WAFO is a toolbox Python routines for statistical analysis and simulation of random waves and random loads. WAFO is freely redistributable software, see WAFO icence, cf. the GNU General Public License (GPL) and contain tools for:
- Fatigue life prediction for random loads
- Theoretical density of rainflow cycles
- Simulation of linear and non-linear Gaussian waves
- Estimation of seamodels (spectrums)
- Joint wave height, wave steepness, wave period distributions
- Extreme value analysis
- Kernel density estimation
- Hidden markov models
- TimeSeries:
- Data analysis of time series. Example: extraction of turning points, estimation of spectrum and covariance function. Estimation transformation used in transformed Gaussian model.
- CovData:
- Computation of spectral functions, linear and non-linear time series simulation.
- SpecData:
- Computation of spectral moments and covariance functions, linear and non-linear time series simulation. Ex: common spectra implemented, directional spectra, bandwidth measures, exact distributions for wave characteristics.
- CyclePairs:
- Cycle counting, discretization, and crossings, calculation of damage. Simulation of discrete Markov chains, switching Markov chains, harmonic oscillator. Ex: Rainflow cycles and matrix, discretization of loads. Damage of a rainflow count or matrix, damage matrix, S-N plot.
- TRANSFORM
- Modelling with linear or transformed Gaussian waves.
- STATS
- Statistical tools and extreme-value distributions. Ex: generation of random numbers, estimation of parameters, evaluation of pdf and cdf
- KDETOOLS
- Kernel-density estimation.
- MISC
- Miscellaneous routines.
- DOCS
- Documentation of toolbox, definitions. An overview is given in the routine wafomenu.
- DATA
- Measurements from marine applications.
WAFO homepage: <http://www.maths.lth.se/matstat/wafo/> On the WAFO home page you will find: - The WAFO Tutorial - List of publications related to WAFO.
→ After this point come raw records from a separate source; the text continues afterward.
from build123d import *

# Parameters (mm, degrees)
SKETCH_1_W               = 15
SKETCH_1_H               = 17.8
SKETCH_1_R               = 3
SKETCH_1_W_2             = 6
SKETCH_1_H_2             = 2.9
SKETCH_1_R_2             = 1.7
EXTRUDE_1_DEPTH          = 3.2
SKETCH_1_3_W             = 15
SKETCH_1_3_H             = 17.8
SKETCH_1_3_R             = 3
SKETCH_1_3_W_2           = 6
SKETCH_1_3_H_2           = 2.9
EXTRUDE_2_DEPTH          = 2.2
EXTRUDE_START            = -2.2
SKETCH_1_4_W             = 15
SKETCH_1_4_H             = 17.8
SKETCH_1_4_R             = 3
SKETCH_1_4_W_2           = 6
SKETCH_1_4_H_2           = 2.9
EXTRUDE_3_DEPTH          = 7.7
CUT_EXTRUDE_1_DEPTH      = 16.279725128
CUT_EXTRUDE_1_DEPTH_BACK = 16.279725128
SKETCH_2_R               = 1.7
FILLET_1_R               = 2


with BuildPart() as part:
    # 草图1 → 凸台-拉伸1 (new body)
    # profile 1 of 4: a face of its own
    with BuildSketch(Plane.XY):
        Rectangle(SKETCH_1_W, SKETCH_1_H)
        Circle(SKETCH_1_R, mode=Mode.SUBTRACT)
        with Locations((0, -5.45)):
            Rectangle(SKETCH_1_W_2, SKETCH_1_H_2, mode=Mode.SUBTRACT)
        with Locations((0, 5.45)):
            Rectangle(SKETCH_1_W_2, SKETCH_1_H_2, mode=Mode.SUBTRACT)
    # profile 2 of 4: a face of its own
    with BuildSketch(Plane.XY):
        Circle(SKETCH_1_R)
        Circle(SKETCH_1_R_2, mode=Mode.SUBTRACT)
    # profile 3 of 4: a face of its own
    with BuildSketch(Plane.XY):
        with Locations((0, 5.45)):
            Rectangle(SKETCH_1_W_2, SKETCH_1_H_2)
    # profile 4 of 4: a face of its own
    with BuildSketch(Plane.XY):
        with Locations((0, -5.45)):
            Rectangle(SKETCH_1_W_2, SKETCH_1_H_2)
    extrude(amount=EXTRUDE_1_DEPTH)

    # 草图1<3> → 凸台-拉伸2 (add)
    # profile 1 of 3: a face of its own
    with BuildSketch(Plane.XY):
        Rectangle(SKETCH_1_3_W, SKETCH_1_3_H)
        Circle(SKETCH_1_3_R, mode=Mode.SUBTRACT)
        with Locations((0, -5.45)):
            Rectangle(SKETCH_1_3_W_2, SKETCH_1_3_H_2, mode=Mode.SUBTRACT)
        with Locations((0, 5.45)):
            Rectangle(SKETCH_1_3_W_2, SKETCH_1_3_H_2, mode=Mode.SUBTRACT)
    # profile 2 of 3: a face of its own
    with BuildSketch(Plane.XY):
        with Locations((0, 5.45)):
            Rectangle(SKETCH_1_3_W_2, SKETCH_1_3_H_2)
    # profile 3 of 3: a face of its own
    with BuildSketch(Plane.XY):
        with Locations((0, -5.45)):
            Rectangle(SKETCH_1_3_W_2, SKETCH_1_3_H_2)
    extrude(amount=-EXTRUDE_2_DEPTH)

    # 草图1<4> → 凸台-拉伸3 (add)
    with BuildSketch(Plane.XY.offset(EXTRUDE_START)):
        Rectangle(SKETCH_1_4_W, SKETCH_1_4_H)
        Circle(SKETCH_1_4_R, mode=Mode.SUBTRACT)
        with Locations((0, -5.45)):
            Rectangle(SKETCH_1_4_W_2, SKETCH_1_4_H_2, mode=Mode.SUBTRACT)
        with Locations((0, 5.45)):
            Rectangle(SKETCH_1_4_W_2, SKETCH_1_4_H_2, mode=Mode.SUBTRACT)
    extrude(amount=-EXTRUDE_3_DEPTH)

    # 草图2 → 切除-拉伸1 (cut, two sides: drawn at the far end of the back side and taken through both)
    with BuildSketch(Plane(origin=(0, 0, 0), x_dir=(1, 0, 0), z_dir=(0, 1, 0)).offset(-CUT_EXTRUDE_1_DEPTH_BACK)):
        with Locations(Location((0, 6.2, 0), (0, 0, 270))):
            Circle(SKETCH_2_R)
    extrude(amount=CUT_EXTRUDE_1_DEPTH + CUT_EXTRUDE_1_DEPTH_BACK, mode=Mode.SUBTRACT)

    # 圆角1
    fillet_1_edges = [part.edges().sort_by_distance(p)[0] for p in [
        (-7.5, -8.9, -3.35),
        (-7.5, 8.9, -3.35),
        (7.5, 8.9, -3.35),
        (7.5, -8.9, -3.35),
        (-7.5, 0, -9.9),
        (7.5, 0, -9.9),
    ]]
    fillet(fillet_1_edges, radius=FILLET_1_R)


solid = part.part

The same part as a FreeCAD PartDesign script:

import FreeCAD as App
import Part
import Sketcher
Q = App.Units.Quantity


def edges_at(feature, points):
    """Names of the edges that pass closest to the given points."""
    edges = feature.Shape.Edges
    near = lambda p: min(range(len(edges)), key=lambda i: edges[i].distToShape(Part.Vertex(*p))[0])
    return sorted({f"Edge{near(p) + 1}" for p in points})


def add_polygon(sketch, points):
    """Adds a closed chain of lines whose ends are joined by coincident constraints."""
    first, n = sketch.GeometryCount, len(points)
    for a, b in zip(points, points[1:] + points[:1]):
        sketch.addGeometry(Part.LineSegment(App.Vector(*a, 0), App.Vector(*b, 0)), False)
    for i in range(n):
        sketch.addConstraint(Sketcher.Constraint("Coincident", first + i, 2, first + (i + 1) % n, 1))

doc = App.newDocument("Part")
body = doc.addObject("PartDesign::Body", "Body")

# Sketch on XY plane
sketch1 = doc.addObject("Sketcher::SketchObject", "Sketch")
body.addObject(sketch1)
sketch1.AttachmentSupport = (doc.XY_Plane, [""])
sketch1.MapMode = "FlatFace"
add_polygon(sketch1, [(-7.5, 8.9), (-7.5, -8.9), (7.5, -8.9), (7.5, 8.9)])  # lines 0-3
sketch1.addGeometry(Part.Circle(App.Vector(0, 0, 0), App.Vector(0, 0, 1), 1.7), False)  # 4
sketch1.addConstraint([
    Sketcher.Constraint("Vertical", 0),
    Sketcher.Constraint("Horizontal", 1),
    Sketcher.Constraint("Vertical", 2),
    Sketcher.Constraint("Horizontal", 3),
    Sketcher.Constraint("Coincident", 4, 3, -1, 1),
    Sketcher.Constraint("Symmetric", 0, 2, 2, 2, -1, 1),
    Sketcher.Constraint("Diameter", 4, Q("3.4 mm")),
    Sketcher.Constraint("DistanceX", 1, 1, 1, 2, Q("15 mm")),
    Sketcher.Constraint("DistanceY", 0, 2, 0, 1, Q("17.8 mm")),
])
pad1 = doc.addObject("PartDesign::Pad", "Pad")
body.addObject(pad1)
pad1.Profile = sketch1
pad1.Length = 3.2

# Sketch on XY plane
sketch2 = doc.addObject("Sketcher::SketchObject", "Sketch001")
body.addObject(sketch2)
sketch2.AttachmentSupport = (doc.XY_Plane, [""])
sketch2.MapMode = "FlatFace"
add_polygon(sketch2, [(-7.5, 8.9), (-7.5, -8.9), (7.5, -8.9), (7.5, 8.9)])  # lines 0-3
sketch2.addGeometry(Part.Circle(App.Vector(0, 0, 0), App.Vector(0, 0, 1), 3), False)  # 4
sketch2.addConstraint([
    Sketcher.Constraint("Vertical", 0),
    Sketcher.Constraint("Horizontal", 1),
    Sketcher.Constraint("Vertical", 2),
    Sketcher.Constraint("Horizontal", 3),
    Sketcher.Constraint("Coincident", 4, 3, -1, 1),
    Sketcher.Constraint("Symmetric", 0, 2, 2, 2, -1, 1),
    Sketcher.Constraint("Diameter", 4, Q("6 mm")),
    Sketcher.Constraint("DistanceX", 1, 1, 1, 2, Q("15 mm")),
    Sketcher.Constraint("DistanceY", 0, 2, 0, 1, Q("17.8 mm")),
])
pad2 = doc.addObject("PartDesign::Pad", "Pad001")
body.addObject(pad2)
pad2.Profile = sketch2
pad2.Length = 2.2
pad2.Reversed = True

# Sketch on XY plane
sketch3 = doc.addObject("Sketcher::SketchObject", "Sketch002")
body.addObject(sketch3)
sketch3.AttachmentSupport = (doc.XY_Plane, [""])
sketch3.MapMode = "FlatFace"
sketch3.AttachmentOffset = App.Placement(App.Vector(0, 0, -2.2), App.Rotation())
add_polygon(sketch3, [(-7.5, 8.9), (-7.5, -8.9), (7.5, -8.9), (7.5, 8.9)])  # lines 0-3
add_polygon(sketch3, [(3, -6.9), (-3, -6.9), (-3, -4), (3, -4)])  # lines 4-7
sketch3.addGeometry(Part.Circle(App.Vector(0, 0, 0), App.Vector(0, 0, 1), 3), False)  # 8
add_polygon(sketch3, [(3, 4), (-3, 4), (-3, 6.9), (3, 6.9)])  # lines 9-12
sketch3.addConstraint([
    Sketcher.Constraint("Vertical", 0),
    Sketcher.Constraint("Horizontal", 1),
    Sketcher.Constraint("Vertical", 2),
    Sketcher.Constraint("Horizontal", 3),
    Sketcher.Constraint("Horizontal", 4),
    Sketcher.Constraint("Vertical", 5),
    Sketcher.Constraint("Horizontal", 6),
    Sketcher.Constraint("Vertical", 7),
    Sketcher.Constraint("Horizontal", 9),
    Sketcher.Constraint("Vertical", 10),
    Sketcher.Constraint("Horizontal", 11),
    Sketcher.Constraint("Vertical", 12),
    Sketcher.Constraint("Coincident", 8, 3, -1, 1),
    Sketcher.Constraint("Symmetric", 0, 2, 2, 2, -1, 1),
    Sketcher.Constraint("Symmetric", 6, 2, 9, 2, -1, 1),
    Sketcher.Constraint("Symmetric", 4, 2, 11, 2, -1, 1),
    Sketcher.Constraint("Vertical", 5, 2, 9, 2),
    Sketcher.Constraint("Diameter", 8, Q("6 mm")),
    Sketcher.Constraint("DistanceX", 1, 1, 1, 2, Q("15 mm")),
    Sketcher.Constraint("DistanceX", 4, 2, 4, 1, Q("6 mm")),
    Sketcher.Constraint("DistanceY", 0, 2, 0, 1, Q("17.8 mm")),
    Sketcher.Constraint("DistanceY", 5, 1, 5, 2, Q("2.9 mm")),
    Sketcher.Constraint("DistanceY", 5, 2, -1, 1, Q("4 mm")),
])
pad3 = doc.addObject("PartDesign::Pad", "Pad002")
body.addObject(pad3)
pad3.Profile = sketch3
pad3.Length = 7.7
pad3.Reversed = True

# Sketch on XZ plane
sketch4 = doc.addObject("Sketcher::SketchObject", "Sketch003")
body.addObject(sketch4)
sketch4.AttachmentSupport = (doc.XZ_Plane, [""])
sketch4.MapMode = "FlatFace"
sketch4.addGeometry(Part.Circle(App.Vector(0, -6.2, 0), App.Vector(0, 0, 1), 1.7), False)
sketch4.addConstraint([
    Sketcher.Constraint("PointOnObject", 0, 3, -2),
    Sketcher.Constraint("Diameter", 0, Q("3.4 mm")),
    Sketcher.Constraint("DistanceY", 0, 3, -1, 1, Q("6.2 mm")),
])
pocket1 = doc.addObject("PartDesign::Pocket", "Pocket")
body.addObject(pocket1)
pocket1.Profile = sketch4
pocket1.Type = "ThroughAll"
pocket1.Midplane = True
doc.recompute()

fillet = doc.addObject("PartDesign::Fillet", "Fillet")
body.addObject(fillet)
fillet.Base = (pocket1, edges_at(pocket1, [
    (-7.5, -8.9, -3.35),
    (-7.5, 8.9, -3.35),
    (7.5, 8.9, -3.35),
    (7.5, -8.9, -3.35),
    (-7.5, 0, -9.9),
    (7.5, 0, -9.9),
]))
fillet.Radius = 2

doc.recompute()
WAFO contains some Fortran and C extensions that require a properly configured compiler and NumPy/f2py.
Create a binary wheel package and place it in the dist folder as follows:
python setup.py bdist_wheel -d dist
And install the wheel package with:
pip install dist/wafo-X.Y.Z+abcd123-os_platform.whl
A quick introduction to some of the many features of wafo can be found in the Tutorial IPython notebooks in the `tutorial scripts folder`_:
- Chapter 1 - Some applications of WAFO
- Chapter 2 - Modelling random loads and stochastic waves
- Chapter 3 - Demonstrates distributions of wave characteristics
- Chapter 4 - Fatigue load analysis and rain-flow cycles
- Chapter 5 - Extreme value analysis
-- _tutorial scripts folder: http://nbviewer.jupyter.org/github/wafo-project/pywafo/tree/master/wafo/doc/tutorial_scripts/
To test if the toolbox is working paste the following in an interactive python session:
import wafo as wf wf.test(coverage=True, doctests=True)
This project has been set up using PyScaffold 2.4.2. For details and usage information on PyScaffold see http://pyscaffold.readthedocs.org/.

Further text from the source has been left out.